» REQUIRED ACTION
Your task is to reproduce exactly the lines that run from the beginning of the data through the line where "v -54.85 8.231 5" appears.

┌────────

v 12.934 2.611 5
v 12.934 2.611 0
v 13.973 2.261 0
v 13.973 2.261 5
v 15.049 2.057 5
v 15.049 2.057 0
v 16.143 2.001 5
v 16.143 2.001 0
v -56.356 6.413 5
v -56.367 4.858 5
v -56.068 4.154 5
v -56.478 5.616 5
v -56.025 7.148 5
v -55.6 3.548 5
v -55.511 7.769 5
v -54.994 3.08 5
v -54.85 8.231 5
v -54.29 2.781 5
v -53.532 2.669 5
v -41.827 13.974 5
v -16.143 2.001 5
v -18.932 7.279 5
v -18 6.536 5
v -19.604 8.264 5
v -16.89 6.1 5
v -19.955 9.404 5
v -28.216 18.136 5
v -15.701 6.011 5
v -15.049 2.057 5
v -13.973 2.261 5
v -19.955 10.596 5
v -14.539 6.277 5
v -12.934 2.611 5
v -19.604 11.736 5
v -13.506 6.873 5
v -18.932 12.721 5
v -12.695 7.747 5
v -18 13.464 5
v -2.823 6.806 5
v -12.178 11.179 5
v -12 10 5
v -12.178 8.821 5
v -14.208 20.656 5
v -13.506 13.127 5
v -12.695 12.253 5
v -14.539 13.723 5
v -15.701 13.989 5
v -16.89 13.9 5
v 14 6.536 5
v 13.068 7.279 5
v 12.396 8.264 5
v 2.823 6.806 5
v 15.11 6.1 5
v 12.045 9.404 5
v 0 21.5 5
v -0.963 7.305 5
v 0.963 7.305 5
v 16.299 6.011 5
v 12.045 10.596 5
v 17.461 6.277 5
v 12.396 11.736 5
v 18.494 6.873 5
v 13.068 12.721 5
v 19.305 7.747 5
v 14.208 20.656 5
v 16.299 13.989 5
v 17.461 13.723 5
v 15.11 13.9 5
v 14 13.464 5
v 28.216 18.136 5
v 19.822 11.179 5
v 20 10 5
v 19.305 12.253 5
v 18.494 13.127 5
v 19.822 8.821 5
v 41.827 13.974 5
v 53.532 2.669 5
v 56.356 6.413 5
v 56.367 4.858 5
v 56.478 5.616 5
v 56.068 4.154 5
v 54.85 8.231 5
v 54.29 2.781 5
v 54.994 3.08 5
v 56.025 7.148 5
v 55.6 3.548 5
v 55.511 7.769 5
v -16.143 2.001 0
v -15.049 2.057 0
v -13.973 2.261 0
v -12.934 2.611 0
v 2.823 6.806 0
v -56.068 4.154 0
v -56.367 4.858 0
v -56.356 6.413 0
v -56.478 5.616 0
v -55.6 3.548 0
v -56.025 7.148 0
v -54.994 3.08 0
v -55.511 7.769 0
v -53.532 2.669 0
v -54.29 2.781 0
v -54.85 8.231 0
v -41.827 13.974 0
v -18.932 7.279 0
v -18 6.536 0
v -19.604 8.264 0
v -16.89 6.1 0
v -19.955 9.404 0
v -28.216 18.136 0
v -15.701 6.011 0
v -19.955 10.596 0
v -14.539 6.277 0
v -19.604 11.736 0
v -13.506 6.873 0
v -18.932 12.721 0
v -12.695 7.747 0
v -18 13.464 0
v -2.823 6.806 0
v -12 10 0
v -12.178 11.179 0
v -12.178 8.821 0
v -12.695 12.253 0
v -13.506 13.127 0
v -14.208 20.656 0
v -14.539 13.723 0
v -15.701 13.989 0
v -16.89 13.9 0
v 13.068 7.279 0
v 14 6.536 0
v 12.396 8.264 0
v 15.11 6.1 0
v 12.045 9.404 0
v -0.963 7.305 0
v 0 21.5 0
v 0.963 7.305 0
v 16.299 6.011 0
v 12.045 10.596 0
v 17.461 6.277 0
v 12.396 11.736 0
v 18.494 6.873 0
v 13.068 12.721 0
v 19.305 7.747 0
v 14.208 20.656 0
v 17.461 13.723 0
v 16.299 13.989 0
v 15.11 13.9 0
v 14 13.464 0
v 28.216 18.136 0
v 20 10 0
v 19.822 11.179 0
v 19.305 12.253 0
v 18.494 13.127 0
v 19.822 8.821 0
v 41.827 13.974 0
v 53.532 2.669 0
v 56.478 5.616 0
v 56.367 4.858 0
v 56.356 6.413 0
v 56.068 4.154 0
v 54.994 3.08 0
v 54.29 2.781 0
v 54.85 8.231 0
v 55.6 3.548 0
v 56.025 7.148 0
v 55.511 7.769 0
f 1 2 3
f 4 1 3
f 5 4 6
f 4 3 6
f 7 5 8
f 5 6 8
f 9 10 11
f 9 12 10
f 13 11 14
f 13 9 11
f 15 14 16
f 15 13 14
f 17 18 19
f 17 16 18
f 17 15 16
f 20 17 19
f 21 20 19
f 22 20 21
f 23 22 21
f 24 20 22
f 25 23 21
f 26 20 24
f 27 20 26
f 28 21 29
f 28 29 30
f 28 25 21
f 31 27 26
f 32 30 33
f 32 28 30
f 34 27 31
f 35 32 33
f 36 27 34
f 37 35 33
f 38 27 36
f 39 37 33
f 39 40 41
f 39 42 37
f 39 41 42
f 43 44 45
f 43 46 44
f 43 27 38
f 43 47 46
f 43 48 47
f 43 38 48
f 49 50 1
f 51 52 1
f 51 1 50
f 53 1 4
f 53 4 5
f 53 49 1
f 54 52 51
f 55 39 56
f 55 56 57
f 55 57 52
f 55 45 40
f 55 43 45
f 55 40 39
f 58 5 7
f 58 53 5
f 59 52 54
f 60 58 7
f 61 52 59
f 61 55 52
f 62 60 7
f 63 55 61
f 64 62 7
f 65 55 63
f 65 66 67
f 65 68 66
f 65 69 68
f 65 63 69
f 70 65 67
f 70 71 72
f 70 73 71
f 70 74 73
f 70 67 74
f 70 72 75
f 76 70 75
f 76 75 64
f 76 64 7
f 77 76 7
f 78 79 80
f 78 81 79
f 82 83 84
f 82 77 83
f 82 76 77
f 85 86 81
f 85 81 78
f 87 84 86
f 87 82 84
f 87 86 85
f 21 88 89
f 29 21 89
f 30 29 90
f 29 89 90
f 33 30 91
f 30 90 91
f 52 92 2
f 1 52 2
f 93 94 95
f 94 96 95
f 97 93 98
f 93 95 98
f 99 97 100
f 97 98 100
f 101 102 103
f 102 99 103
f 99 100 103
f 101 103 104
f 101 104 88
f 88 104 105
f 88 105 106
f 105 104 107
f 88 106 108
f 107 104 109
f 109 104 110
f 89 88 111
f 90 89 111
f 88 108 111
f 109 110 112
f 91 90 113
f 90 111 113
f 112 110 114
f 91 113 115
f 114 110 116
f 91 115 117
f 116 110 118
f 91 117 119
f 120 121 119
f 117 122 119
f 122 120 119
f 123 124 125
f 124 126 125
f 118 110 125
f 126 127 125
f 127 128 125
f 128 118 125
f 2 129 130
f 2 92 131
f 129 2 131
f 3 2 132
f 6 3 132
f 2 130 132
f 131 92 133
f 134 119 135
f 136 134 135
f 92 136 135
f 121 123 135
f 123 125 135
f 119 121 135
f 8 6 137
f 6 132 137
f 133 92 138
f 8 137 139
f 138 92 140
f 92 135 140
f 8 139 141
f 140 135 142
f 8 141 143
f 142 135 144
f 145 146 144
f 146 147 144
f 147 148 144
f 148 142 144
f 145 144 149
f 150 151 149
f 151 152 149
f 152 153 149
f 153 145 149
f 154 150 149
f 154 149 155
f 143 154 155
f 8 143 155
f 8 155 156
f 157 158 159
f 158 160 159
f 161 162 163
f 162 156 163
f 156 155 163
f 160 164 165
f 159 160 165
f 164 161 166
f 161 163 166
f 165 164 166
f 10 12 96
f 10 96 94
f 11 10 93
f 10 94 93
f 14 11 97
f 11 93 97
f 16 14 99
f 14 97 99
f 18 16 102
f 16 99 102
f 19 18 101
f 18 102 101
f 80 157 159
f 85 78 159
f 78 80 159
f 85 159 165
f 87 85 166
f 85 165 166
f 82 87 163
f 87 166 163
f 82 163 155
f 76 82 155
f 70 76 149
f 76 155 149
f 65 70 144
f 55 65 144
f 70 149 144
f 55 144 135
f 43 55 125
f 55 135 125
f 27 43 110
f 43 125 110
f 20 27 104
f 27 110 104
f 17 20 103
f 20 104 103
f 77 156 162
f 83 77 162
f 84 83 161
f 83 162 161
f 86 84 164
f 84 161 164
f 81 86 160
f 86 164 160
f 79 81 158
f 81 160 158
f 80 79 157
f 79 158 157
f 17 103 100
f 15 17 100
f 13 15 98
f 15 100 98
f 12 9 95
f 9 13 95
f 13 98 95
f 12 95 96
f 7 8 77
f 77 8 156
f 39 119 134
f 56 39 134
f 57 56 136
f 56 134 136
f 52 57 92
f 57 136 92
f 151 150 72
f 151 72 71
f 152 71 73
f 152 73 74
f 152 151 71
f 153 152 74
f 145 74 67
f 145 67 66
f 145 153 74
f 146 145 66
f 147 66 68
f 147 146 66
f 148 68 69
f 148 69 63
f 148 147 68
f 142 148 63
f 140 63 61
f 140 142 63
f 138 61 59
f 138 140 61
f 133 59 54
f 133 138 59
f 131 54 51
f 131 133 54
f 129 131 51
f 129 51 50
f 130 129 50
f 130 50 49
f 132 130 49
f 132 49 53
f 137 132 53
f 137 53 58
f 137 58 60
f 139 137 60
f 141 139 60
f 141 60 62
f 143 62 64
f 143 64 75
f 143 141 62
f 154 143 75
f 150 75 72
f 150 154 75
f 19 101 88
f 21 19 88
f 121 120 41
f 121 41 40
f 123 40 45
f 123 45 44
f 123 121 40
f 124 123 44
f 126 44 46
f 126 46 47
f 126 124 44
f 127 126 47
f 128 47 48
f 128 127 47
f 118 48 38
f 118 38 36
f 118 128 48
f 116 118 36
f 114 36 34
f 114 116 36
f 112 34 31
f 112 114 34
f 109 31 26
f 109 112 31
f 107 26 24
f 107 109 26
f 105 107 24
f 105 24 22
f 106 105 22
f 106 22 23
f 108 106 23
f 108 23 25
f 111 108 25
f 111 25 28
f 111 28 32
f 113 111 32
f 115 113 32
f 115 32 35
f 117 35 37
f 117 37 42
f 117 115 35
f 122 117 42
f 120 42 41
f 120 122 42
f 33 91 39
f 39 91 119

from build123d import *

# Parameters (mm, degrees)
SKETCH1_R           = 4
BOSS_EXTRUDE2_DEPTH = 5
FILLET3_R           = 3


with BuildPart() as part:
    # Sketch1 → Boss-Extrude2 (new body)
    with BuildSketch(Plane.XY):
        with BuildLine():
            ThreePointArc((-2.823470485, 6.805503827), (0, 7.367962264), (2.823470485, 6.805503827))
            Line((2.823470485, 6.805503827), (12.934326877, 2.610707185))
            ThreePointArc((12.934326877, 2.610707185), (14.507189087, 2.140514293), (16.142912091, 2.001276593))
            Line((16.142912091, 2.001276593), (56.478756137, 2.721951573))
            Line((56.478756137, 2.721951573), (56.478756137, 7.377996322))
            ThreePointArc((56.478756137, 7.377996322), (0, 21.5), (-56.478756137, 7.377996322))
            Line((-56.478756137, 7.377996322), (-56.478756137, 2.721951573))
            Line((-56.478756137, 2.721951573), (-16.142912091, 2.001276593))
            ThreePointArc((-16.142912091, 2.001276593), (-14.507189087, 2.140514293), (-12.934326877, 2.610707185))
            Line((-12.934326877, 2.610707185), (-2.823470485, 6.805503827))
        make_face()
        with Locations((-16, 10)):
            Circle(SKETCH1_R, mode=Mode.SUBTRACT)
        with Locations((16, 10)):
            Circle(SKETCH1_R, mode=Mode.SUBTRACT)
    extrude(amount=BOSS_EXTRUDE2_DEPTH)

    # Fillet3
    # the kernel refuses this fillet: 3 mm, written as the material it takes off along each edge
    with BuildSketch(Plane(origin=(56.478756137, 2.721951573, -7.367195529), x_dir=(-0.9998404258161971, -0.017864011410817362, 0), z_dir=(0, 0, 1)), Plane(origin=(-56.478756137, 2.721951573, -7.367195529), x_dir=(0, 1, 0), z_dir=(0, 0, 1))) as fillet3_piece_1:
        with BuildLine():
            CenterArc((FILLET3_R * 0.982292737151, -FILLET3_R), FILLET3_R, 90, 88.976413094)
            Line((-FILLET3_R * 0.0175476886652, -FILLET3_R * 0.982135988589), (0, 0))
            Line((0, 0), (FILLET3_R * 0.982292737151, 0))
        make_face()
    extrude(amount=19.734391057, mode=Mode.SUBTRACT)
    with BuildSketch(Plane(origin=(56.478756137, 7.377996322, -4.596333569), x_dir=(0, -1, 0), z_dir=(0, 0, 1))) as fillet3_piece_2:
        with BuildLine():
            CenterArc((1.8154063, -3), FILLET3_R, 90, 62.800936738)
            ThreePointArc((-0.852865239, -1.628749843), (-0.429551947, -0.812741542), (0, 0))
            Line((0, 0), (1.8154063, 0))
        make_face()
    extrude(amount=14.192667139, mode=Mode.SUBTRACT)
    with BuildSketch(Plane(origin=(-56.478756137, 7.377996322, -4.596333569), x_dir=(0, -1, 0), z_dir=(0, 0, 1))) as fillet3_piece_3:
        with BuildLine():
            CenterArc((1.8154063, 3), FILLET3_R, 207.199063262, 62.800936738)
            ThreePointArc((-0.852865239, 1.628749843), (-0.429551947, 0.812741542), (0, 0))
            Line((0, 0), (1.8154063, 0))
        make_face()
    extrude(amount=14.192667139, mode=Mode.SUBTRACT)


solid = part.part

└────────

» OUTPUT BELOW
v 12.934 2.611 5
v 12.934 2.611 0
v 13.973 2.261 0
v 13.973 2.261 5
v 15.049 2.057 5
v 15.049 2.057 0
v 16.143 2.001 5
v 16.143 2.001 0
v -56.356 6.413 5
v -56.367 4.858 5
v -56.068 4.154 5
v -56.478 5.616 5
v -56.025 7.148 5
v -55.6 3.548 5
v -55.511 7.769 5
v -54.994 3.08 5
v -54.85 8.231 5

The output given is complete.